The City of Chaska is about to become one huge wireless-Internet "hot spot."
The Carver County seat is creating a Wireless Fidelity network so vast it will blanket virtually every home, business and city office with broadband-grade bandwidth that is, super-fast access to the Internet without a hard-wired connection.
But the computer network will work like smaller Wi-Fi hot spots commonly found in coffee shops and other public gathering places.
That puts the western Twin Cities suburb in rarefied company. It is among a small but growing number of U.S. cities that have installed or plan to install near-ubiquitous Wi-Fi access. And it's one of the first to offer Wi-Fi as a municipal service that competes with commercial broadband providers.
In Chaska, those providers include Sprint, which offers phone-based DSL service, and Time Warner cable. The national companies could face a formidable foe in tiny Chaska.Net, the city-run Internet service provider.
Along with its wireless-Internet-anywhere approach, which neither Sprint nor Time Warner can match, Chaska.Net intends to compete on price about $16 a month for home users, or roughly what pokey dial-up access costs.
The city foresees at least 2,000 of its 18,000 residents signing up for the wireless service, creating what information-systems manager Bradley Mayer calls a "connected community" and defraying network-setup costs over about three years.
Chaska.Net has prior wireless experience, offering a more specialized kind of online access to about 85 business clients throughout Carver County.
The city's newer wireless network also is intended as a public safety tool. Computers now found in police squads will be adapted for Wi-Fi use, for instance.
But the network is primarily intended for home users, which makes Chaska and its technology partner, California-based Tropos Networks, consumer-Wi-Fi trendsetters.
Tropos specializes in adapting the short-range Wi-Fi technology for long-range use. This is accomplished with radiolike devices installed atop light poles and other vantage points. The devices don't require hard-wired access to the Internet, only power, which means they can be deployed quickly and affordably.
In Chaska, 64 of the wireless-networking devices are scattered over a 4-square-mile test area. About 200 will be deployed over 12 to 13 square miles by mid-June to create a citywide network, Mayer said.
Once the radios are in place, home users will get wireless access from any nearby radio, said Tropos communications director Brad Day. Users who work in different locations throughout the day will only need to log on once. They will even be able to surf as passengers in moving vehicles as they travel within the network, he said.
Access won't require exotic, expensive gear but only a standard Wi-Fi laptop card or equivalent, such as a newer-model Windows or Macintosh portable with integrated Wi-Fi. Home users will get wireless "bridges" that function as Wi-Fi receivers, Day said.

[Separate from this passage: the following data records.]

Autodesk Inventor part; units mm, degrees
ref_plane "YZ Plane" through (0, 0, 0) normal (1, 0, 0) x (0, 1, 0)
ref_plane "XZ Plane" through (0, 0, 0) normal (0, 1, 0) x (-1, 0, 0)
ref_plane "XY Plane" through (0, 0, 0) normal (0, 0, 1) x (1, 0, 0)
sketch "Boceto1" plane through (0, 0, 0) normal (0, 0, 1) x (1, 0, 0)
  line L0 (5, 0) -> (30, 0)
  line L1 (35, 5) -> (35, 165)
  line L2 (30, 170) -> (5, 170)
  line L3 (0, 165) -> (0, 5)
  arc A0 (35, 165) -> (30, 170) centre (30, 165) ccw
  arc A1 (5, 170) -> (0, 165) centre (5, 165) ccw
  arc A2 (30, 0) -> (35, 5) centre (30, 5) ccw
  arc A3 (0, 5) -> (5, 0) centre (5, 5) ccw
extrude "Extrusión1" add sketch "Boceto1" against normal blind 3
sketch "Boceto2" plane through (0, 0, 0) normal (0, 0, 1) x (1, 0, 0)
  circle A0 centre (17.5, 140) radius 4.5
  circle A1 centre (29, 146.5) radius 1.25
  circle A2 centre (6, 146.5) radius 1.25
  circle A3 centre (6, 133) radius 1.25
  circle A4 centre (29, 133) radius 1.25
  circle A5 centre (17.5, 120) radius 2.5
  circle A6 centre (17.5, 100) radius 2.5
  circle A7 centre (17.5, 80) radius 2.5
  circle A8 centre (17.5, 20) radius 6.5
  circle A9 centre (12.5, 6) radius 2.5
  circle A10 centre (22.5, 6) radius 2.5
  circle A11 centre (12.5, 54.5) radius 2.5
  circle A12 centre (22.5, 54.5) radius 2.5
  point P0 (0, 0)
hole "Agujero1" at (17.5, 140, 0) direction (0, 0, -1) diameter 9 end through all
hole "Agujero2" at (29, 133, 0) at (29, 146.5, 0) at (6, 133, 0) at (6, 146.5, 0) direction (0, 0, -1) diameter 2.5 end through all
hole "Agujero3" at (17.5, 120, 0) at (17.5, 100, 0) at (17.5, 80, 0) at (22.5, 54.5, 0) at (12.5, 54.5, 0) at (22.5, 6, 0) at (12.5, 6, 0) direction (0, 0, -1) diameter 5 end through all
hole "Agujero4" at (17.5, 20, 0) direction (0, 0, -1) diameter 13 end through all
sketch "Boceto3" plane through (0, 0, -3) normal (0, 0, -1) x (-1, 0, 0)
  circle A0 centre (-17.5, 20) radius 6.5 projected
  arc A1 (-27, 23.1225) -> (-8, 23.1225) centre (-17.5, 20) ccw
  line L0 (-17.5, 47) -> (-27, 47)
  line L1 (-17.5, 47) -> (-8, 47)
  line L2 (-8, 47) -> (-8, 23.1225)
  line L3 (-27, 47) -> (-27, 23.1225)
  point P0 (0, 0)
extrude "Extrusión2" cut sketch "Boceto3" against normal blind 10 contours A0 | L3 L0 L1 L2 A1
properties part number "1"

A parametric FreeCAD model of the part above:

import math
import FreeCAD as App
import Part
import Sketcher

V = App.Vector
Q = App.Units.Quantity

doc = App.newDocument("Part")
params = doc.addObject("Spreadsheet::Sheet", "Params")
for row, (alias, value) in enumerate([
    ("sketch1_radius", "5 mm"),
    ("sketch1_width", "25 mm"),
    ("sketch1_height", "160 mm"),
    ("pad1_length", "3 mm"),
    ("sketch2_diameter", "9 mm"),
    ("hole_diameter", "9 mm"),
    ("sketch3_diameter", "2.5 mm"),
    ("hole2_diameter", "2.5 mm"),
    ("sketch4_diameter", "5 mm"),
    ("hole3_diameter", "5 mm"),
    ("sketch5_diameter", "13 mm"),
    ("hole4_diameter", "13 mm"),
    ("sketch6_radius", "10 mm"),
    ("sketch6_width", "19 mm"),
    ("pocket1_length", "10 mm"),
], start=1):
    params.set(f"A{row}", alias)
    params.set(f"B{row}", "=" + value)
    params.setAlias(f"B{row}", alias)

body = doc.addObject("PartDesign::Body", "Body")

# Sketch on XY plane
sketch1 = body.newObject("Sketcher::SketchObject", "Sketch")
sketch1.AttachmentSupport = (doc.getObject("XY_Plane"), [""])
sketch1.MapMode = "FlatFace"
sketch1.addGeometry(Part.ArcOfCircle(Part.Circle(V(5, 5, 0), V(0, 0, 1), 5), math.radians(180), math.radians(270)), False)
sketch1.addGeometry(Part.LineSegment(V(5, 0, 0), V(30, 0, 0)), False)
sketch1.addGeometry(Part.ArcOfCircle(Part.Circle(V(30, 5, 0), V(0, 0, 1), 5), math.radians(-90), math.radians(0)), False)
sketch1.addGeometry(Part.LineSegment(V(35, 5, 0), V(35, 165, 0)), False)
sketch1.addGeometry(Part.ArcOfCircle(Part.Circle(V(30, 165, 0), V(0, 0, 1), 5), math.radians(0), math.radians(90)), False)
sketch1.addGeometry(Part.LineSegment(V(30, 170, 0), V(5, 170, 0)), False)
sketch1.addGeometry(Part.ArcOfCircle(Part.Circle(V(5, 165, 0), V(0, 0, 1), 5), math.radians(90), math.radians(180)), False)
sketch1.addGeometry(Part.LineSegment(V(0, 165, 0), V(0, 5, 0)), False)
sketch1.addConstraint(Sketcher.Constraint("Tangent", 0, 2, 1, 1))
sketch1.addConstraint(Sketcher.Constraint("Tangent", 1, 2, 2, 1))
sketch1.addConstraint(Sketcher.Constraint("Tangent", 2, 2, 3, 1))
sketch1.addConstraint(Sketcher.Constraint("Tangent", 3, 2, 4, 1))
sketch1.addConstraint(Sketcher.Constraint("Tangent", 4, 2, 5, 1))
sketch1.addConstraint(Sketcher.Constraint("Tangent", 5, 2, 6, 1))
sketch1.addConstraint(Sketcher.Constraint("Tangent", 6, 2, 7, 1))
sketch1.addConstraint(Sketcher.Constraint("Tangent", 7, 2, 0, 1))
sketch1.addConstraint(Sketcher.Constraint("Horizontal", 1))
sketch1.addConstraint(Sketcher.Constraint("Vertical", 3))
sketch1.addConstraint(Sketcher.Constraint("Horizontal", 5))
sketch1.addConstraint(Sketcher.Constraint("Vertical", 7))
sketch1.addConstraint(Sketcher.Constraint("Equal", 0, 2))
sketch1.addConstraint(Sketcher.Constraint("Equal", 2, 4))
sketch1.addConstraint(Sketcher.Constraint("Equal", 4, 6))
sketch1.addConstraint(Sketcher.Constraint("PointOnObject", 0, 2, -1))
sketch1.addConstraint(Sketcher.Constraint("PointOnObject", 6, 2, -2))
sketch1.addConstraint(Sketcher.Constraint("Radius", 0, Q("5 mm")))
sketch1.addConstraint(Sketcher.Constraint("DistanceX", 1, 1, 1, 2, Q("25 mm")))
sketch1.addConstraint(Sketcher.Constraint("DistanceY", 3, 1, 3, 2, Q("160 mm")))
sketch1.setExpression("Constraints[17]", "Params.sketch1_radius")
sketch1.setExpression("Constraints[18]", "Params.sketch1_width")
sketch1.setExpression("Constraints[19]", "Params.sketch1_height")
pad1 = body.newObject("PartDesign::Pad", "Pad")
pad1.Profile = sketch1
pad1.setExpression("Length", "Params.pad1_length")
pad1.Reversed = True

# Sketch on XY plane
sketch2 = body.newObject("Sketcher::SketchObject", "Sketch001")
sketch2.AttachmentSupport = (doc.getObject("XY_Plane"), [""])
sketch2.MapMode = "FlatFace"
sketch2.addGeometry(Part.Circle(V(17.5, 140, 0), V(0, 0, 1), 4.5), False)
sketch2.addConstraint(Sketcher.Constraint("Diameter", 0, Q("9 mm")))
sketch2.addConstraint(Sketcher.Constraint("DistanceY", -1, 1, 0, 3, Q("140 mm")))
sketch2.addConstraint(Sketcher.Constraint("DistanceX", -1, 1, 0, 3, Q("17.5 mm")))
sketch2.setExpression("Constraints[0]", "Params.sketch2_diameter")
doc.recompute()
hole = body.newObject("PartDesign::Hole", "Hole")
hole.Profile = sketch2
hole.ThreadType = "None"
hole.setExpression("Diameter", "Params.hole_diameter")
hole.DepthType = "ThroughAll"

# Sketch on XY plane
sketch3 = body.newObject("Sketcher::SketchObject", "Sketch002")
sketch3.AttachmentSupport = (doc.getObject("XY_Plane"), [""])
sketch3.MapMode = "FlatFace"
sketch3.addGeometry(Part.Circle(V(29, 133, 0), V(0, 0, 1), 1.2), False)
sketch3.addGeometry(Part.Circle(V(29, 146.5, 0), V(0, 0, 1), 1.2), False)
sketch3.addGeometry(Part.Circle(V(6, 133, 0), V(0, 0, 1), 1.2), False)
sketch3.addGeometry(Part.Circle(V(6, 146.5, 0), V(0, 0, 1), 1.2), False)
sketch3.addConstraint(Sketcher.Constraint("Equal", 0, 1))
sketch3.addConstraint(Sketcher.Constraint("Equal", 1, 2))
sketch3.addConstraint(Sketcher.Constraint("Equal", 2, 3))
sketch3.addConstraint(Sketcher.Constraint("Horizontal", 0, 3, 2, 3))
sketch3.addConstraint(Sketcher.Constraint("Horizontal", 1, 3, 3, 3))
sketch3.addConstraint(Sketcher.Constraint("Vertical", 0, 3, 1, 3))
sketch3.addConstraint(Sketcher.Constraint("Vertical", 2, 3, 3, 3))
sketch3.addConstraint(Sketcher.Constraint("Diameter", 0, Q("2.5 mm")))
sketch3.addConstraint(Sketcher.Constraint("DistanceX", -1, 1, 0, 3, Q("29 mm")))
sketch3.addConstraint(Sketcher.Constraint("DistanceY", -1, 1, 0, 3, Q("133 mm")))
sketch3.addConstraint(Sketcher.Constraint("DistanceX", -1, 1, 2, 3, Q("6 mm")))
sketch3.addConstraint(Sketcher.Constraint("DistanceY", -1, 1, 1, 3, Q("146.5 mm")))
sketch3.setExpression("Constraints[7]", "Params.sketch3_diameter")
doc.recompute()
hole2 = body.newObject("PartDesign::Hole", "Hole001")
hole2.Profile = sketch3
hole2.ThreadType = "None"
hole2.setExpression("Diameter", "Params.hole2_diameter")
hole2.DepthType = "ThroughAll"

# Sketch on XY plane
sketch4 = body.newObject("Sketcher::SketchObject", "Sketch003")
sketch4.AttachmentSupport = (doc.getObject("XY_Plane"), [""])
sketch4.MapMode = "FlatFace"
sketch4.addGeometry(Part.Circle(V(17.5, 120, 0), V(0, 0, 1), 2.5), False)
sketch4.addGeometry(Part.Circle(V(17.5, 100, 0), V(0, 0, 1), 2.5), False)
sketch4.addGeometry(Part.Circle(V(17.5, 80, 0), V(0, 0, 1), 2.5), False)
sketch4.addGeometry(Part.Circle(V(22.5, 54.5, 0), V(0, 0, 1), 2.5), False)
sketch4.addGeometry(Part.Circle(V(12.5, 54.5, 0), V(0, 0, 1), 2.5), False)
sketch4.addGeometry(Part.Circle(V(22.5, 6, 0), V(0, 0, 1), 2.5), False)
sketch4.addGeometry(Part.Circle(V(12.5, 6, 0), V(0, 0, 1), 2.5), False)
sketch4.addConstraint(Sketcher.Constraint("Equal", 0, 1))
sketch4.addConstraint(Sketcher.Constraint("Equal", 1, 2))
sketch4.addConstraint(Sketcher.Constraint("Equal", 2, 3))
sketch4.addConstraint(Sketcher.Constraint("Equal", 3, 4))
sketch4.addConstraint(Sketcher.Constraint("Equal", 4, 5))
sketch4.addConstraint(Sketcher.Constraint("Equal", 5, 6))
sketch4.addConstraint(Sketcher.Constraint("Horizontal", 3, 3, 4, 3))
sketch4.addConstraint(Sketcher.Constraint("Horizontal", 5, 3, 6, 3))
sketch4.addConstraint(Sketcher.Constraint("Vertical", 0, 3, 1, 3))
sketch4.addConstraint(Sketcher.Constraint("Vertical", 1, 3, 2, 3))
sketch4.addConstraint(Sketcher.Constraint("Vertical", 3, 3, 5, 3))
sketch4.addConstraint(Sketcher.Constraint("Vertical", 4, 3, 6, 3))
sketch4.addConstraint(Sketcher.Constraint("Diameter", 0, Q("5 mm")))
sketch4.addConstraint(Sketcher.Constraint("DistanceY", -1, 1, 0, 3, Q("120 mm")))
sketch4.addConstraint(Sketcher.Constraint("DistanceY", -1, 1, 1, 3, Q("100 mm")))
sketch4.addConstraint(Sketcher.Constraint("DistanceY", -1, 1, 2, 3, Q("80 mm")))
sketch4.addConstraint(Sketcher.Constraint("DistanceY", -1, 1, 5, 3, Q("6 mm")))
sketch4.addConstraint(Sketcher.Constraint("DistanceX", 2, 3, 3, 3, Q("5 mm")))
sketch4.addConstraint(Sketcher.Constraint("DistanceX", 4, 3, 3, 3, Q("10 mm")))
sketch4.addConstraint(Sketcher.Constraint("DistanceX", -1, 1, 0, 3, Q("17.5 mm")))
sketch4.addConstraint(Sketcher.Constraint("DistanceY", -1, 1, 3, 3, Q("54.5 mm")))
sketch4.setExpression("Constraints[12]", "Params.sketch4_diameter")
doc.recompute()
hole3 = body.newObject("PartDesign::Hole", "Hole002")
hole3.Profile = sketch4
hole3.ThreadType = "None"
hole3.setExpression("Diameter", "Params.hole3_diameter")
hole3.DepthType = "ThroughAll"

# Sketch on XY plane
sketch5 = body.newObject("Sketcher::SketchObject", "Sketch004")
sketch5.AttachmentSupport = (doc.getObject("XY_Plane"), [""])
sketch5.MapMode = "FlatFace"
sketch5.addGeometry(Part.Circle(V(18, 20, 0), V(0, 0, 1), 6), False)
sketch5.addConstraint(Sketcher.Constraint("Diameter", 0, Q("13 mm")))
sketch5.addConstraint(Sketcher.Constraint("DistanceY", -1, 1, 0, 3, Q("20 mm")))
sketch5.addConstraint(Sketcher.Constraint("DistanceX", -1, 1, 0, 3, Q("17.5 mm")))
sketch5.setExpression("Constraints[0]", "Params.sketch5_diameter")
doc.recompute()
hole4 = body.newObject("PartDesign::Hole", "Hole003")
hole4.Profile = sketch5
hole4.ThreadType = "None"
hole4.setExpression("Diameter", "Params.hole4_diameter")
hole4.DepthType = "ThroughAll"

# Sketch on XY plane
sketch6 = body.newObject("Sketcher::SketchObject", "Sketch005")
sketch6.AttachmentSupport = (doc.getObject("XY_Plane"), [""])
sketch6.MapMode = "FlatFace"
sketch6.AttachmentOffset = App.Placement(V(0, 0, -3), App.Rotation())
sketch6.addGeometry(Part.LineSegment(V(27, 47, 0), V(27, 23, 0)), False)
sketch6.addGeometry(Part.ArcOfCircle(Part.Circle(V(18, 20, 0), V(0, 0, 1), 10), math.radians(162), math.radians(378)), False)
sketch6.addGeometry(Part.LineSegment(V(8, 23, 0), V(8, 47, 0)), False)
sketch6.addGeometry(Part.LineSegment(V(8, 47, 0), V(27, 47, 0)), False)
sketch6.addConstraint(Sketcher.Constraint("Coincident", 0, 2, 1, 2))
sketch6.addConstraint(Sketcher.Constraint("Coincident", 1, 1, 2, 1))
sketch6.addConstraint(Sketcher.Constraint("Coincident", 2, 2, 3, 1))
sketch6.addConstraint(Sketcher.Constraint("Coincident", 3, 2, 0, 1))
sketch6.addConstraint(Sketcher.Constraint("Vertical", 0))
sketch6.addConstraint(Sketcher.Constraint("Vertical", 2))
sketch6.addConstraint(Sketcher.Constraint("Horizontal", 3))
sketch6.addConstraint(Sketcher.Constraint("Horizontal", 0, 2, 1, 1))
sketch6.addConstraint(Sketcher.Constraint("Radius", 1, Q("10 mm")))
sketch6.addConstraint(Sketcher.Constraint("DistanceX", 3, 1, 3, 2, Q("19 mm")))
sketch6.addConstraint(Sketcher.Constraint("DistanceY", -1, 1, 1, 3, Q("20 mm")))
sketch6.addConstraint(Sketcher.Constraint("DistanceX", -1, 1, 0, 2, Q("27 mm")))
sketch6.addConstraint(Sketcher.Constraint("DistanceY", -1, 1, 2, 2, Q("47 mm")))
sketch6.setExpression("Constraints[8]", "Params.sketch6_radius")
sketch6.setExpression("Constraints[9]", "Params.sketch6_width")
pocket1 = body.newObject("PartDesign::Pocket", "Pocket")
pocket1.Profile = sketch6
pocket1.setExpression("Length", "Params.pocket1_length")
pocket1.Reversed = True

doc.recompute()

This is all well and good, said one industry expert, but Wi-Fi isn't necessarily the best technology for a citywide wireless network.
Using the short-range technology for long-range networks is like "using a hammer to drive in a screw," said Derek Kerton of the Curtain Group, a Silicon Valley wireless-technology consulting firm. "You can do it, but wouldn't it be better if you found a better tool?"
Such tools include wireless technologies such as EvDO and EDGE now being used by the likes of Verizon Wireless and AT&T Wireless to offer citywide service around the country. Wi-Fi, in contrast, is designed to be a "wireless local-area network" technology, with an emphasis on the "local," Kerton argued.
While praising Tropos' ingenuity, Kerton warned that the firm's city networks could be subjected to interference from other Wi-Fi networks as well as from cordless phones, microwave ovens and other devices that use the same wireless spectrum.
Ron Pequette, a Tropos sales director who appeared with Mayer at a Tuesday press conference, said the firm has the interference problem licked.
Tropos' Day said Wi-Fi is a fine choice for a citywide wireless network because it's a proven, low-cost, easy-to-use technology that performs reliably in other U.S. cities where the firm has done work. Tropos has set up or is installing large-scale Wi-Fi networks in New Orleans, North Miami Beach, Fla., and the Los Angeles suburb of Cerritos.
Tropos faces stiff competition from other Internet firms and wireless technologies.
A Wi-Fi cousin known as WiMax is gaining ground around the country even though it's still experimental. In Minnesota, firms such as StoneBridge Wireless and Implex.net offer WiMax-based wireless service over large areas. St. Paul-based PCS Technologies sells the specialized Alvarion gear needed to set up WiMax networks.
Other wide-scale-wireless experiments have failed spectacularly in the region. In July 2001, Metricom pulled the plug on the Ricochet service it offered in the Twin Cities and about a dozen other cities. It was the nation's first large-scale high-speed network.
And earlier this year, Kirkland, Wash.-based Monet Mobile Networks halted EvDO service in Duluth and other cities in and near Minnesota after less than two years.